Zudem werde im Vergleich zu früher oftmals viel härter gefahren als in normalen Rennserien. Kragl: „Und das, obwohl es ja nur um die Goldene Ananas geht.“

Besondere Unfallhäufigkeitspunkte auf der Nordschleife habe er nicht ausgemacht: „Wenn Du schnell bist, ist jeder Millimeter Asphalt gefährlich.“

Im Falle eines Unfalls ist Hilfe nahe

Ring-Betreiber ist die Capricorn Nürburgring GmbH. „Die Nordschleife ist immer noch die anspruchsvollste Rennstrecke der Welt – und darauf weisen wir auch ständig hin. Wir nehmen jeden Vorfall ernst und schauen uns auch kleinere Unfälle genau an“, heißt es dort. Wenn nötig, werde die Strecke für Reparaturarbeiten oder Hilfseinsätze komplett geschlossen, um niemanden zu gefährden. Wörtlich fügte der Betreiber auf GA-Anfrage hinzu: „Sicherheit steht für uns an erster Stelle. Grundsätzlich ist es wohl deutlich besser, auf der Nordschleife einen Unfall zu haben, als auf einer normalen Landstraße.“

Dreifachleitplanken umranden ausnahmslos die komplette Strecke. Zudem gibt es größtenteils Fangzäune, die die Sicherheit von Teilnehmern und Zuschauern gewährleisten sollen. Innerhalb von wenigen Minuten kann im Falle eines Unfalls ein Einsatzteam vor Ort sein, versichern die Ringbetreiber. Je nach Verkehrsaufkommen stünden bis zu zwei Rettungswagen und zwei Notärzte bereit.

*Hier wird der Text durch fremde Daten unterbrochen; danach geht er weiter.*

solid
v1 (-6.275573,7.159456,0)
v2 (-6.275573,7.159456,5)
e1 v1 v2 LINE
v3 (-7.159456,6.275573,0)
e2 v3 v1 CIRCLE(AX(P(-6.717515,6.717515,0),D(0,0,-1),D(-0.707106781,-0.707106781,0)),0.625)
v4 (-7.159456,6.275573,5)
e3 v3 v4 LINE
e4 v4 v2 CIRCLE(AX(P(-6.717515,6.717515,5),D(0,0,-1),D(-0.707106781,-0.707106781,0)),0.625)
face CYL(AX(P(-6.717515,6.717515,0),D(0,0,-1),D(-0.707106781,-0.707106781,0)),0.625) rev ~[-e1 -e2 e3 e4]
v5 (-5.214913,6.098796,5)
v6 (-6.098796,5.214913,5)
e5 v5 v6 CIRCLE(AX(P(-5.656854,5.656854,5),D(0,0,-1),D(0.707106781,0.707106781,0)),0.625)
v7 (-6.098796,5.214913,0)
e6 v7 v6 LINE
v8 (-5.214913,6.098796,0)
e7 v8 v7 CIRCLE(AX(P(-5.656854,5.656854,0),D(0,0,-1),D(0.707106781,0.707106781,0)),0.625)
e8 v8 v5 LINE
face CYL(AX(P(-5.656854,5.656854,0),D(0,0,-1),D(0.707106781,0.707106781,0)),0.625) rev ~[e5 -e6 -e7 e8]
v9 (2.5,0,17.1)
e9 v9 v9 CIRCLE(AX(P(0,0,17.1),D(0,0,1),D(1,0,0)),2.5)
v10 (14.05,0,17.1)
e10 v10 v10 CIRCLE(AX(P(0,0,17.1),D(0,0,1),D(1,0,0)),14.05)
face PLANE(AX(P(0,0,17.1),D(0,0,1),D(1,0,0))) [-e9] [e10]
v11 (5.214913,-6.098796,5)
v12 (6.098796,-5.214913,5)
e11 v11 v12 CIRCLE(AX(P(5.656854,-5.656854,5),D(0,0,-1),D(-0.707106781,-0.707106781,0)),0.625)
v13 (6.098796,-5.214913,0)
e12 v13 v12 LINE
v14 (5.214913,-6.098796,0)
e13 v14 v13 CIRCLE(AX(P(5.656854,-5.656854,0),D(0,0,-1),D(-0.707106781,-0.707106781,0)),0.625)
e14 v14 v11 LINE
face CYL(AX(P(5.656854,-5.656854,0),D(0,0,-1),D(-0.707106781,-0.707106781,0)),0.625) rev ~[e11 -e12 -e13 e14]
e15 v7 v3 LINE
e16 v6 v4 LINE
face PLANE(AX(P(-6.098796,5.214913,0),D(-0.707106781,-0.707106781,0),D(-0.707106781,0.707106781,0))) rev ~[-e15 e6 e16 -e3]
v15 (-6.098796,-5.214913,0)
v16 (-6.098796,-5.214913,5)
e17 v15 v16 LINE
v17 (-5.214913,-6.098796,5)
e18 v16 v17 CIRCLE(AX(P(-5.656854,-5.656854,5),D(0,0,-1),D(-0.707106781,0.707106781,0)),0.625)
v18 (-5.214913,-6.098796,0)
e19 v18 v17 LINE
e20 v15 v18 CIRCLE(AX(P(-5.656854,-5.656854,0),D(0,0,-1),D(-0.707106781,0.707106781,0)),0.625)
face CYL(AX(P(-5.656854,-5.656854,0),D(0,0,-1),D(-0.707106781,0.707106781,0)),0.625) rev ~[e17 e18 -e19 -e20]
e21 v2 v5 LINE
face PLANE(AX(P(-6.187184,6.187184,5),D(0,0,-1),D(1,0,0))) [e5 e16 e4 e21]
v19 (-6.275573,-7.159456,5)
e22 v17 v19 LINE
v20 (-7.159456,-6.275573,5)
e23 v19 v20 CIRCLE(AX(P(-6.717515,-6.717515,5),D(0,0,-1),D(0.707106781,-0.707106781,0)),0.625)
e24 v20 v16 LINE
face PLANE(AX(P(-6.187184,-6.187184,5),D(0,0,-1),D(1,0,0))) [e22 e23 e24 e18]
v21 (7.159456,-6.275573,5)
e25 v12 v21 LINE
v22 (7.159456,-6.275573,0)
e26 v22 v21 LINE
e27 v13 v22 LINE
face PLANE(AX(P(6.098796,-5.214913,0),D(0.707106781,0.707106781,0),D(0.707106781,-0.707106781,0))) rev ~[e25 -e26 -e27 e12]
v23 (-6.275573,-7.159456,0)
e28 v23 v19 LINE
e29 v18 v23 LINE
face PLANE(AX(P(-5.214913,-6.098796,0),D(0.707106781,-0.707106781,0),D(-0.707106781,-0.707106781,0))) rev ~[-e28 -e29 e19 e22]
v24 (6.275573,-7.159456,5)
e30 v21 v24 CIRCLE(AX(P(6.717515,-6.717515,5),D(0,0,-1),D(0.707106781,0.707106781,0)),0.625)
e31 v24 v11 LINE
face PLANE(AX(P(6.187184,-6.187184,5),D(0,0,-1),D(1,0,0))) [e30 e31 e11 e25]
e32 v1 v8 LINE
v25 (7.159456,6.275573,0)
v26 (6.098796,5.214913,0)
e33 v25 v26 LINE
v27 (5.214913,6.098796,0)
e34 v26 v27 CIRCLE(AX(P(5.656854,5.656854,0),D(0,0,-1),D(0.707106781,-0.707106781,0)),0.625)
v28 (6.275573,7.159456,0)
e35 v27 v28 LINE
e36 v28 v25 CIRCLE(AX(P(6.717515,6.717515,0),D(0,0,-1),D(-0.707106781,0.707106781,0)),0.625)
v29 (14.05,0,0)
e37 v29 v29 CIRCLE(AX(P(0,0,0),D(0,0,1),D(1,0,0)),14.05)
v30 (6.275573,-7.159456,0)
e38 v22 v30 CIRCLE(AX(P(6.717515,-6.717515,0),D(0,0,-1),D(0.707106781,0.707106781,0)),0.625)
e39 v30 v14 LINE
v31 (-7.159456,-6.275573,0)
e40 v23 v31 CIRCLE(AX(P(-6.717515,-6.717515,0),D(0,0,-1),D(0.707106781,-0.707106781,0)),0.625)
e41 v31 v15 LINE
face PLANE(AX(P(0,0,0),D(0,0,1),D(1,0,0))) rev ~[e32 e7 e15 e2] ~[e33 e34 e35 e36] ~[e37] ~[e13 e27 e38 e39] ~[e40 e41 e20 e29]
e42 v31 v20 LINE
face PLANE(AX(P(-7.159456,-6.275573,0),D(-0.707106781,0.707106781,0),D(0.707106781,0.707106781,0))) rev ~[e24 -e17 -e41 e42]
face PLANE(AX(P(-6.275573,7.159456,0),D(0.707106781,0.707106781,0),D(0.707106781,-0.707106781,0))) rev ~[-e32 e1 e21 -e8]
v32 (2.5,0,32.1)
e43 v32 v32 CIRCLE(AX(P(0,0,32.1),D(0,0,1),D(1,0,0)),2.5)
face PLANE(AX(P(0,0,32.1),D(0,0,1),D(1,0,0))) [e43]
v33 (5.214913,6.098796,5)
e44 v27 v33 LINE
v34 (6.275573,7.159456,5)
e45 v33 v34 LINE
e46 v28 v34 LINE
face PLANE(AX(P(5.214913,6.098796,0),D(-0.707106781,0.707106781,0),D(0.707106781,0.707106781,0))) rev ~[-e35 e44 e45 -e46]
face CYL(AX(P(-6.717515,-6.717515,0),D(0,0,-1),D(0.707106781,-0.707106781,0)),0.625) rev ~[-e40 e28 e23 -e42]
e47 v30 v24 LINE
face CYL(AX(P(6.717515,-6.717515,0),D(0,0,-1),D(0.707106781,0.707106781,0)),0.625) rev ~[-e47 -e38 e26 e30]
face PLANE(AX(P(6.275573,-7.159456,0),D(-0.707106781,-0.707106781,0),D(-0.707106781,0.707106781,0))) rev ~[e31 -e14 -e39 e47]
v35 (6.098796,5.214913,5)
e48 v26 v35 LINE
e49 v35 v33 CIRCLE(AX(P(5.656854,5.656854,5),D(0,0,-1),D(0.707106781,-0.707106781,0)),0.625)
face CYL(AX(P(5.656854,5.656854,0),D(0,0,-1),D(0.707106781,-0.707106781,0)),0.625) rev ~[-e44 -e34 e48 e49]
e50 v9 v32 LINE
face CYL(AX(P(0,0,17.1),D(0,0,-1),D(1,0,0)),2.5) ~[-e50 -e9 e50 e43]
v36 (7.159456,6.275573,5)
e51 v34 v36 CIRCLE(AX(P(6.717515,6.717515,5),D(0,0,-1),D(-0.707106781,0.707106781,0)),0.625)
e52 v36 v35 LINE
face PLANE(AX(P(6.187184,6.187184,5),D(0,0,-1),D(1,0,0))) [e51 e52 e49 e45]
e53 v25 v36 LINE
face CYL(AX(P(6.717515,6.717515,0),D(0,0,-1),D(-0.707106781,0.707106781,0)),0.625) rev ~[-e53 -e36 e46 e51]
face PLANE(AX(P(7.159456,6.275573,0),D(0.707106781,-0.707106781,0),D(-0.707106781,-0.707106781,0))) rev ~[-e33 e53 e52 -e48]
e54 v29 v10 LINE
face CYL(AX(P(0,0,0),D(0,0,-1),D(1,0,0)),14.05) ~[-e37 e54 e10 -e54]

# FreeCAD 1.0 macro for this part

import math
import FreeCAD as App
import Part
import Sketcher
Q = App.Units.Quantity

doc = App.newDocument("Part")
body = doc.addObject("PartDesign::Body", "Body")

sketch1 = body.newObject("Sketcher::SketchObject", "Sketch")
sketch1.AttachmentSupport = (doc.getObject("XY_Plane"), [""])
sketch1.MapMode = "FlatFace"
sketch1.addGeometry(Part.Circle(App.Vector(0, 0, 0), App.Vector(0, 0, 1), 14), False)
sketch1.addConstraint([
    Sketcher.Constraint("Coincident", 0, 3, -1, 1),
    Sketcher.Constraint("Diameter", 0, Q("28.1 mm")),
])
pad1 = body.newObject("PartDesign::Pad", "Pad")
pad1.Profile = sketch1
pad1.Length = 17.1

sketch2 = body.newObject("Sketcher::SketchObject", "Sketch001")
sketch2.AttachmentSupport = (doc.getObject("XY_Plane"), [""])
sketch2.MapMode = "FlatFace"
sketch2.AttachmentOffset = App.Placement(App.Vector(0, 0, 17.1), App.Rotation())
sketch2.addGeometry(Part.Circle(App.Vector(0, 0, 0), App.Vector(0, 0, 1), 2.5), False)
sketch2.addConstraint([
    Sketcher.Constraint("Coincident", 0, 3, -1, 1),
    Sketcher.Constraint("Diameter", 0, Q("5 mm")),
])
pad2 = body.newObject("PartDesign::Pad", "Pad001")
pad2.Profile = sketch2
pad2.Length = 15

sketch3 = body.newObject("Sketcher::SketchObject", "Sketch002")
sketch3.AttachmentSupport = (doc.getObject("XY_Plane"), [""])
sketch3.MapMode = "FlatFace"
sketch3.addGeometry([
    Part.ArcOfCircle(Part.Circle(App.Vector(-6.7, -6.7, 0), App.Vector(0, 0, 1), 0.6), math.radians(135), math.radians(315)),
    Part.LineSegment(App.Vector(-7.2, -6.3, 0), App.Vector(-6.1, -5.2, 0)),
    Part.ArcOfCircle(Part.Circle(App.Vector(-5.7, -5.7, 0), App.Vector(0, 0, 1), 0.6), math.radians(-45), math.radians(135)),
    Part.LineSegment(App.Vector(-5.2, -6.1, 0), App.Vector(-6.3, -7.2, 0)),
    Part.ArcOfCircle(Part.Circle(App.Vector(6.7, -6.7, 0), App.Vector(0, 0, 1), 0.6), math.radians(-135), math.radians(45)),
    Part.LineSegment(App.Vector(6.3, -7.2, 0), App.Vector(5.2, -6.1, 0)),
    Part.ArcOfCircle(Part.Circle(App.Vector(5.7, -5.7, 0), App.Vector(0, 0, 1), 0.6), math.radians(45), math.radians(225)),
    Part.LineSegment(App.Vector(6.1, -5.2, 0), App.Vector(7.2, -6.3, 0)),
    Part.ArcOfCircle(Part.Circle(App.Vector(6.7, 6.7, 0), App.Vector(0, 0, 1), 0.6), math.radians(-45), math.radians(135)),
    Part.LineSegment(App.Vector(7.2, 6.3, 0), App.Vector(6.1, 5.2, 0)),
    Part.ArcOfCircle(Part.Circle(App.Vector(5.7, 5.7, 0), App.Vector(0, 0, 1), 0.6), math.radians(135), math.radians(315)),
    Part.LineSegment(App.Vector(5.2, 6.1, 0), App.Vector(6.3, 7.2, 0)),
    Part.ArcOfCircle(Part.Circle(App.Vector(-6.7, 6.7, 0), App.Vector(0, 0, 1), 0.6), math.radians(45), math.radians(225)),
    Part.LineSegment(App.Vector(-6.3, 7.2, 0), App.Vector(-5.2, 6.1, 0)),
    Part.ArcOfCircle(Part.Circle(App.Vector(-5.7, 5.7, 0), App.Vector(0, 0, 1), 0.6), math.radians(-135), math.radians(45)),
    Part.LineSegment(App.Vector(-6.1, 5.2, 0), App.Vector(-7.2, 6.3, 0)),
], False)
sketch3.addConstraint([
    Sketcher.Constraint("Tangent", 0, 1, 1, 1),
    Sketcher.Constraint("Tangent", 1, 2, 2, 2),
    Sketcher.Constraint("Tangent", 2, 1, 3, 1),
    Sketcher.Constraint("Tangent", 3, 2, 0, 2),
    Sketcher.Constraint("Tangent", 4, 1, 5, 1),
    Sketcher.Constraint("Tangent", 5, 2, 6, 2),
    Sketcher.Constraint("Tangent", 6, 1, 7, 1),
    Sketcher.Constraint("Tangent", 7, 2, 4, 2),
    Sketcher.Constraint("Tangent", 8, 1, 9, 1),
    Sketcher.Constraint("Tangent", 9, 2, 10, 2),
    Sketcher.Constraint("Tangent", 10, 1, 11, 1),
    Sketcher.Constraint("Tangent", 11, 2, 8, 2),
    Sketcher.Constraint("Tangent", 12, 1, 13, 1),
    Sketcher.Constraint("Tangent", 13, 2, 14, 2),
    Sketcher.Constraint("Tangent", 14, 1, 15, 1),
    Sketcher.Constraint("Tangent", 15, 2, 12, 2),
    Sketcher.Constraint("Equal", 0, 2),
    Sketcher.Constraint("Equal", 2, 4),
    Sketcher.Constraint("Equal", 4, 6),
    Sketcher.Constraint("Equal", 6, 8),
    Sketcher.Constraint("Equal", 8, 10),
    Sketcher.Constraint("Equal", 10, 12),
    Sketcher.Constraint("Equal", 12, 14),
    Sketcher.Constraint("Symmetric", 0, 3, 8, 3, -1, 1),
    Sketcher.Constraint("Symmetric", 2, 3, 10, 3, -1, 1),
    Sketcher.Constraint("Symmetric", 4, 3, 12, 3, -1, 1),
    Sketcher.Constraint("Symmetric", 6, 3, 14, 3, -1, 1),
    Sketcher.Constraint("Symmetric", 0, 3, 4, 3, -2),
    Sketcher.Constraint("Symmetric", 2, 3, 6, 3, -2),
    Sketcher.Constraint("Perpendicular", 3, 5),
    Sketcher.Constraint("Radius", 0, Q("0.625 mm")),
    Sketcher.Constraint("Distance", 1, Q("1.5 mm")),
    Sketcher.Constraint("DistanceX", 2, 3, 4, 3, Q("12.374369 mm")),
    Sketcher.Constraint("DistanceY", 6, 3, 8, 3, Q("12.374369 mm")),
])
pocket1 = body.newObject("PartDesign::Pocket", "Pocket")
pocket1.Profile = sketch3
pocket1.Length = 5
pocket1.Reversed = True

doc.recompute()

Zudem ist der Nürburgring seit Anfang des vergangenen Jahres Dauerstandort eines Intensiv-Rettungshubschraubers der Johanniter-Luftrettung. „Christoph Nürburgring“, so der Name des Helikopters, stehe innerhalb kürzester Zeit zur Verfügung. „Außerdem sind an den Brennpunkten um die Nordschleife Sportwarte positioniert. Weiterhin sind fünf mobile Streckensicherungsteams im Einsatz, die permanent über die Strecke patrouillieren“, führt der Ring-Betreiber seine Schutzmaßnahmen weiter auf. Was viele wohl nicht wissen: Während der Touristenfahrten hat die Straßenverkehrsordnung (StVO) mit allen verbindlichen Verkehrsvorschriften Gültigkeit. Zum Beispiel gilt ein Rechtsüberholverbot.

Regeln gelten auch auf dem Nürburgring

Darüber hinaus müssen die Grundregeln über die Fahrgeschwindigkeit entsprechend der Straßenverkehrsordnung eingehalten werden: „Wer ein Fahrzeug führt, darf nur so schnell fahren, dass das Fahrzeug ständig beherrscht wird“, heißt es in der Verordnung. Rennen mit Kraftfahrzeugen sind verboten. Dies schließt Geschwindigkeitsversuche einzelner Autos ausdrücklich ein.

„Du darfst natürlich nur so schnell fahren, wie es der Streckenabschnitt, Dein Auto, Deine Fahrerfahrung und der Verkehr zulassen“, lautet ein Passus in den „Spielregeln“, die für die „lieben Touristenfahrer“ im Internet für das „Green Hell Driving“ aufgelistet sind.